The early invention of home trainers led very quickly to stationary bicycle racing as described by G. Lacy Hillier in the Badminton Library’s 1896 volume on Cycling.
In the winter home-trainer races are promoted by many clubs, the competitors pedalling away at top speed, whilst the excited spectators watch the progress of certain hands round the face of a dial—a contrivance put upon the market by Messrs. Hutchins & Hamilton, of Queen Victoria Street.
A tradition continued today in the Goldsprint competitions and the roller racing events organised in the United Kingdom by Rollapalooza.

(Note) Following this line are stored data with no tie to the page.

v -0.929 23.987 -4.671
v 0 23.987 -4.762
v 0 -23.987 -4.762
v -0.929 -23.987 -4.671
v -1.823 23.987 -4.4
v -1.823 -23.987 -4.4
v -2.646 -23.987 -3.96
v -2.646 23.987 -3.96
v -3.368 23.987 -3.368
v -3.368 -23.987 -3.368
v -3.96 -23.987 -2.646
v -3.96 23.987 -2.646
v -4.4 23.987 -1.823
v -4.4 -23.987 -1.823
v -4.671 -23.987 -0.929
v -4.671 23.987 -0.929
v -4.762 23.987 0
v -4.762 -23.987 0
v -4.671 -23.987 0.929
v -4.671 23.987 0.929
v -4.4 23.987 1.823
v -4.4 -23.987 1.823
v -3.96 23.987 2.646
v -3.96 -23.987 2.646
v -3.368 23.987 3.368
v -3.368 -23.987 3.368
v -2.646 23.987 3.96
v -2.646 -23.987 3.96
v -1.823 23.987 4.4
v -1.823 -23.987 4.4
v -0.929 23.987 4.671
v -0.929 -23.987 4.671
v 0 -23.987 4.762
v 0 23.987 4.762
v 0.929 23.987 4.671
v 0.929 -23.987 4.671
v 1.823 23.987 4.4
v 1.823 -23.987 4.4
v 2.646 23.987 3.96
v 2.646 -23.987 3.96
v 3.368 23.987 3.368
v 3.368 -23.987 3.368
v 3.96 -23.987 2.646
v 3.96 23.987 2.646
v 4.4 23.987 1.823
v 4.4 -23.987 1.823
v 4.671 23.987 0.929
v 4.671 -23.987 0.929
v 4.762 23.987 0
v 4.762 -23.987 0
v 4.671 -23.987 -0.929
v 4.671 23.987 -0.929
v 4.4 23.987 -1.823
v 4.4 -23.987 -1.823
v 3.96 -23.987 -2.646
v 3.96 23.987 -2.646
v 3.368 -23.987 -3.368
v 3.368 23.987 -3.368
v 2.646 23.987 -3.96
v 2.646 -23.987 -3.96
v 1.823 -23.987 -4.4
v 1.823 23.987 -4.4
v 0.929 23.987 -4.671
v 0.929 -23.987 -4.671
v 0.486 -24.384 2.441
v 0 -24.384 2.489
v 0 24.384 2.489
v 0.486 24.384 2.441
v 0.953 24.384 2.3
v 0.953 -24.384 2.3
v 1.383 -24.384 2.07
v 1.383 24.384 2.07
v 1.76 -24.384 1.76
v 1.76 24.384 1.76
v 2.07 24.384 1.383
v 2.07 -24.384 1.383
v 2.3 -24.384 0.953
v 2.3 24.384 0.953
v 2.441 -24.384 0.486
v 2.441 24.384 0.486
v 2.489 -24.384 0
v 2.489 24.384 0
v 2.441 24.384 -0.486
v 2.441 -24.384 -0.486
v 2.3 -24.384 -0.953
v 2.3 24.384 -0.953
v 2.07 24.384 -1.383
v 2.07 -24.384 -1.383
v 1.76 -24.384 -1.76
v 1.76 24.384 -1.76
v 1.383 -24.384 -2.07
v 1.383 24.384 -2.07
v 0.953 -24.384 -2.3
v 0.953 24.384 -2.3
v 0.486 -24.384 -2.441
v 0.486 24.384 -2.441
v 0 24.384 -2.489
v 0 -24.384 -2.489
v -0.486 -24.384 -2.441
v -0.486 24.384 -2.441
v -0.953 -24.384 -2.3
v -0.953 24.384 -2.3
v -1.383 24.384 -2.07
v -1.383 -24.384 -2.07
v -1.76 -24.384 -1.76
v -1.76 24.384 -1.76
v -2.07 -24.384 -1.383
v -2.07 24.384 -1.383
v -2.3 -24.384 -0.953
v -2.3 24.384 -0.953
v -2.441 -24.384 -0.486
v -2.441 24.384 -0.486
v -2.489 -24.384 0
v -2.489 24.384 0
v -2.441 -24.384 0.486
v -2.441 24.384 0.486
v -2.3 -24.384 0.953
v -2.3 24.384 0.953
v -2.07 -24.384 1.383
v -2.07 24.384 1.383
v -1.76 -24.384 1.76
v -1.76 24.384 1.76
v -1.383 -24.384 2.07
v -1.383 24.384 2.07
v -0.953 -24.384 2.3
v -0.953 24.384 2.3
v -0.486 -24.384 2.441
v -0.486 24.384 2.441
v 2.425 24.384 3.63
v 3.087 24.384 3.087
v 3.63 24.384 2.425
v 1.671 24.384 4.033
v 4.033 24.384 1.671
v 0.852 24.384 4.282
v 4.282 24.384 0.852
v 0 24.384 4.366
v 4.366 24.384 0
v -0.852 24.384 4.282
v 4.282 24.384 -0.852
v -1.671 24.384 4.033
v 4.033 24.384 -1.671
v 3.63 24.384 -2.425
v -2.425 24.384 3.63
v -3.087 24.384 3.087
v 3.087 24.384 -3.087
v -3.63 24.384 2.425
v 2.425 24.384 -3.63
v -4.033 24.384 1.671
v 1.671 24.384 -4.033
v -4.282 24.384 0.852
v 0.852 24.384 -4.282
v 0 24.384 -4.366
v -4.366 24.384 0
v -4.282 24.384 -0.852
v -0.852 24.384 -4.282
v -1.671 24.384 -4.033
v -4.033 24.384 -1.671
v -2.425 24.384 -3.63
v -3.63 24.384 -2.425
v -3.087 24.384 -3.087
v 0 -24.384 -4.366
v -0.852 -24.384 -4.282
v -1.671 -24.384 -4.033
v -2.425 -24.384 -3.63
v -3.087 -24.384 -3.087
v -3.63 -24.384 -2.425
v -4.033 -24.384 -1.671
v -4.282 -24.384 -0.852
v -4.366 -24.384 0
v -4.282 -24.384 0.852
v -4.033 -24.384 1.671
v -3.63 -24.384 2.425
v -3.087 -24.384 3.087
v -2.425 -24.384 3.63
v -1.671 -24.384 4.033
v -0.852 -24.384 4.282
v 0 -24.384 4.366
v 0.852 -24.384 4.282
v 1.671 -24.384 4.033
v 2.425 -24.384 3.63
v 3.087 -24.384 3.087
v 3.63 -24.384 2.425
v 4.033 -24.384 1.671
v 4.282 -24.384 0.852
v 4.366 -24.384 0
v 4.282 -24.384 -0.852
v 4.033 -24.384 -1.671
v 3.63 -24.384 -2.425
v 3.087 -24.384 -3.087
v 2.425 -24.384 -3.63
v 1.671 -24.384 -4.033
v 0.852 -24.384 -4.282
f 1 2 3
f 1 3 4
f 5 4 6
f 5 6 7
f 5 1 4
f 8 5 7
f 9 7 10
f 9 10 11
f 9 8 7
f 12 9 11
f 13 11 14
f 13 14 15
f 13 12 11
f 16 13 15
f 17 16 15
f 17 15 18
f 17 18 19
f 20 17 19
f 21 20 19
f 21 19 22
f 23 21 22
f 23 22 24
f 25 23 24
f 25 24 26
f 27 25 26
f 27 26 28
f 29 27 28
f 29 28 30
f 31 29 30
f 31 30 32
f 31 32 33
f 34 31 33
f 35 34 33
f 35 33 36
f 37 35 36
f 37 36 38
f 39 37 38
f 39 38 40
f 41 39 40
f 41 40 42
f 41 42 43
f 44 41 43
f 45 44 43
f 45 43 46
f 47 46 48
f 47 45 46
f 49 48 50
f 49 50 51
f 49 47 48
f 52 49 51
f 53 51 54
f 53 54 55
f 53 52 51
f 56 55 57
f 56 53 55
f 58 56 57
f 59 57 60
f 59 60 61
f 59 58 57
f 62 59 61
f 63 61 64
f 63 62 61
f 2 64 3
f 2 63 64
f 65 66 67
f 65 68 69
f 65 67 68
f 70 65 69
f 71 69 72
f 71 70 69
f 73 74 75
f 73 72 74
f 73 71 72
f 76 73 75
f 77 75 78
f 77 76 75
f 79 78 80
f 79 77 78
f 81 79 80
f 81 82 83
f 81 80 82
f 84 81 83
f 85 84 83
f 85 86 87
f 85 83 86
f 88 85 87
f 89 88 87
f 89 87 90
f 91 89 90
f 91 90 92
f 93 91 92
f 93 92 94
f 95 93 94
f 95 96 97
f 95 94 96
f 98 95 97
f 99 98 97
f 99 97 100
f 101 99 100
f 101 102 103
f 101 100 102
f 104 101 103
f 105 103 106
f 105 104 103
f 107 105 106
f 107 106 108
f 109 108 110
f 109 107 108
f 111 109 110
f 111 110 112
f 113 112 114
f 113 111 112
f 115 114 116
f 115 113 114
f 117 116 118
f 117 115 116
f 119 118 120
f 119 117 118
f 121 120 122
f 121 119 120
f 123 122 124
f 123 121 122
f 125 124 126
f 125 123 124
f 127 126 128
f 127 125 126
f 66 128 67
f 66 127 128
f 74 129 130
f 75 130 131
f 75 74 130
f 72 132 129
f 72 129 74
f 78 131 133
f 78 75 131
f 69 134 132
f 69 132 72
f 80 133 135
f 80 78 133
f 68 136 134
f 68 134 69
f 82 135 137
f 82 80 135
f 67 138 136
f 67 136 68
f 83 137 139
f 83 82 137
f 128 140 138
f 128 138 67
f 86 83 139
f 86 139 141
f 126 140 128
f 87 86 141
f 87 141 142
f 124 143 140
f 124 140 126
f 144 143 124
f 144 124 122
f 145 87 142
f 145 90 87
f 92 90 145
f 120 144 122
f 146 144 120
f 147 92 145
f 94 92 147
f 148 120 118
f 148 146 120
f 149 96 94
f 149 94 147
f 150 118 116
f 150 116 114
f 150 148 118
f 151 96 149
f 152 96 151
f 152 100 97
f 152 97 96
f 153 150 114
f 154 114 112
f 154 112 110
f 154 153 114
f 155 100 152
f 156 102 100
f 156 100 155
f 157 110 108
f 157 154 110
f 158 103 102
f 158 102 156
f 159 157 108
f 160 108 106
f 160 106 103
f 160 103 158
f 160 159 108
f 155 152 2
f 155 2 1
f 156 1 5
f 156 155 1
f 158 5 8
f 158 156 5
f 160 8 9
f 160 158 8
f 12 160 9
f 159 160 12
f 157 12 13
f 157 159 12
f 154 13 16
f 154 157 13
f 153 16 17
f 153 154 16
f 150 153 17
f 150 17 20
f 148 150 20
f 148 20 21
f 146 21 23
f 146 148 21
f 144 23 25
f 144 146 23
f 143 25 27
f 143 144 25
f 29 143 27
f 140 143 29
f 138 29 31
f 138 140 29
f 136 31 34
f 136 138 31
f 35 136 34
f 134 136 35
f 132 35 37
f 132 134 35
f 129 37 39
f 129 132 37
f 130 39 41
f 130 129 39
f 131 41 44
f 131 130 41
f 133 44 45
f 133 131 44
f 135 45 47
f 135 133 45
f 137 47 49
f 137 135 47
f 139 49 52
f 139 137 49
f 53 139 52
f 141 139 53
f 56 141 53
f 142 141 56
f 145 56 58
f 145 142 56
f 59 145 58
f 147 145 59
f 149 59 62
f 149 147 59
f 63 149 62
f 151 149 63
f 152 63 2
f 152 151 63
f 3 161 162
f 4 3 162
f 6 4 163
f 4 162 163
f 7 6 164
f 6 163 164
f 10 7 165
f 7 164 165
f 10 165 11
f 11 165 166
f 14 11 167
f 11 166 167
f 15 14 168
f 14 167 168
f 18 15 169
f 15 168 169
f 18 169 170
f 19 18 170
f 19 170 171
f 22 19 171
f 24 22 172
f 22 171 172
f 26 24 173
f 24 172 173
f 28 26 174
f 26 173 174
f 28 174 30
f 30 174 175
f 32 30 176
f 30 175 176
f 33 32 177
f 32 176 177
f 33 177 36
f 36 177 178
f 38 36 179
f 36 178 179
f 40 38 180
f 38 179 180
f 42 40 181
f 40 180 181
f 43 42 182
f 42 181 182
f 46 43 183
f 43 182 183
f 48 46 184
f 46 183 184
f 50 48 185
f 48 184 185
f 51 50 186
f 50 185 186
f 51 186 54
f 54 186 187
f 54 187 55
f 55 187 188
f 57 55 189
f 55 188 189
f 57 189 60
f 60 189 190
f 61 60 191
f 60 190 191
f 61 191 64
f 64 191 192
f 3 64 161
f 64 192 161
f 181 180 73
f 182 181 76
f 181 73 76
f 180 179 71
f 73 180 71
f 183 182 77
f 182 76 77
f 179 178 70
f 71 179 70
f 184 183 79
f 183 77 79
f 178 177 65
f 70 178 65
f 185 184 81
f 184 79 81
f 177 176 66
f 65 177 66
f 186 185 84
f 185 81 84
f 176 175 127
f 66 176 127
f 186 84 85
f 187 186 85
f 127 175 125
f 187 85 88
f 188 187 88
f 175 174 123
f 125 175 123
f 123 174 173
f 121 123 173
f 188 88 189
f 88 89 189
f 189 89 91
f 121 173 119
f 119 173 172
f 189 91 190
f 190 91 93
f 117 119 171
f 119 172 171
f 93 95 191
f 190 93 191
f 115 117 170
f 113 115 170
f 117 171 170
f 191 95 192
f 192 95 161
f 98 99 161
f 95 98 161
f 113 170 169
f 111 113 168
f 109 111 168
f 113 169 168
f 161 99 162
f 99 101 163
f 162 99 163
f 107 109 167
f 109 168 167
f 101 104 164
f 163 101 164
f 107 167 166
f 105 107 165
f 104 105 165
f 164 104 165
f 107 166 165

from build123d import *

# Parameters (mm, degrees)
CROQUIS2_R                = 4.7625
SALIENTE_EXTRUIR1_DEPTH   = 24.384
CHAFL_N1_SIZE             = 0.396875
CLEARANCE_HOLE_DEPTH      = 26.297080237
CLEARANCE_HOLE_DEPTH_BACK = 26.297080237
CROQUIS4_R                = 2.4892


with BuildPart() as part:
    # Croquis2 → Saliente-Extruir1 (new, symmetric)
    with BuildSketch(Plane(origin=(0, 0, 0), x_dir=(1, 0, 0), z_dir=(0, 1, 0))):
        Circle(CROQUIS2_R)
    extrude(amount=SALIENTE_EXTRUIR1_DEPTH, both=True)

    # Chaflán1
    chafl_n1_edges = [part.edges().sort_by_distance(p)[0] for p in [
        (-4.7625, -24.384, 0),
        (-4.7625, 24.384, 0),
    ]]
    chamfer(chafl_n1_edges, length=CHAFL_N1_SIZE)

    # Croquis4 → Clearance Hole (cut, two sides: drawn at the far end of the back side and taken through both)
    with BuildSketch(Plane(origin=(0, 0, 0), x_dir=(1, 0, 0), z_dir=(0, 1, 0)).offset(-CLEARANCE_HOLE_DEPTH_BACK)):
        Circle(CROQUIS4_R)
    extrude(amount=CLEARANCE_HOLE_DEPTH + CLEARANCE_HOLE_DEPTH_BACK, mode=Mode.SUBTRACT)


solid = part.part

Watching the riders progress on a dial was all very well but one Arthur Lionel Knighten of Oakham, County Rutland, England, came up with an ingenious idea that he no doubt thought would make racing on home trainers more exciting to watch. Having obtained Letters Patent in Great Britain in March 1893, Knighten filed a patent in America which was granted on 12 February 1895 as patent US 534223 A.
Rather than recording the racers progress on a dial Knighten envisaged that spectators would enjoy a proxy version of the race with models representing each contestant progressing around a circular track as they were driven by the riders on stationary bicycles. Safety or any other form of cycle were to be raised from the ground and a system of pulleys drove the mechanism by connecting the chain wheel to the front wheel which transferred power to the machine. The model cyclists were to be jointed at the hips and knees so that they ‘pedalled’ round the track “as if the model cyclist was driving the model machine.” The home trainer and the corresponding model of a cyclist could be colour coded ” so that the spectators may readily discern from the models, the relative speed of the actual riders or contestants.”
Knighten didn’t claim a patent for the general concept of a mechanical racing machine but rather for various parts of the drive mechanism and supporting structure. Did crowds of spectators thrill to the spectacle while placing wagers? I like to think so.
All images are in the public domain.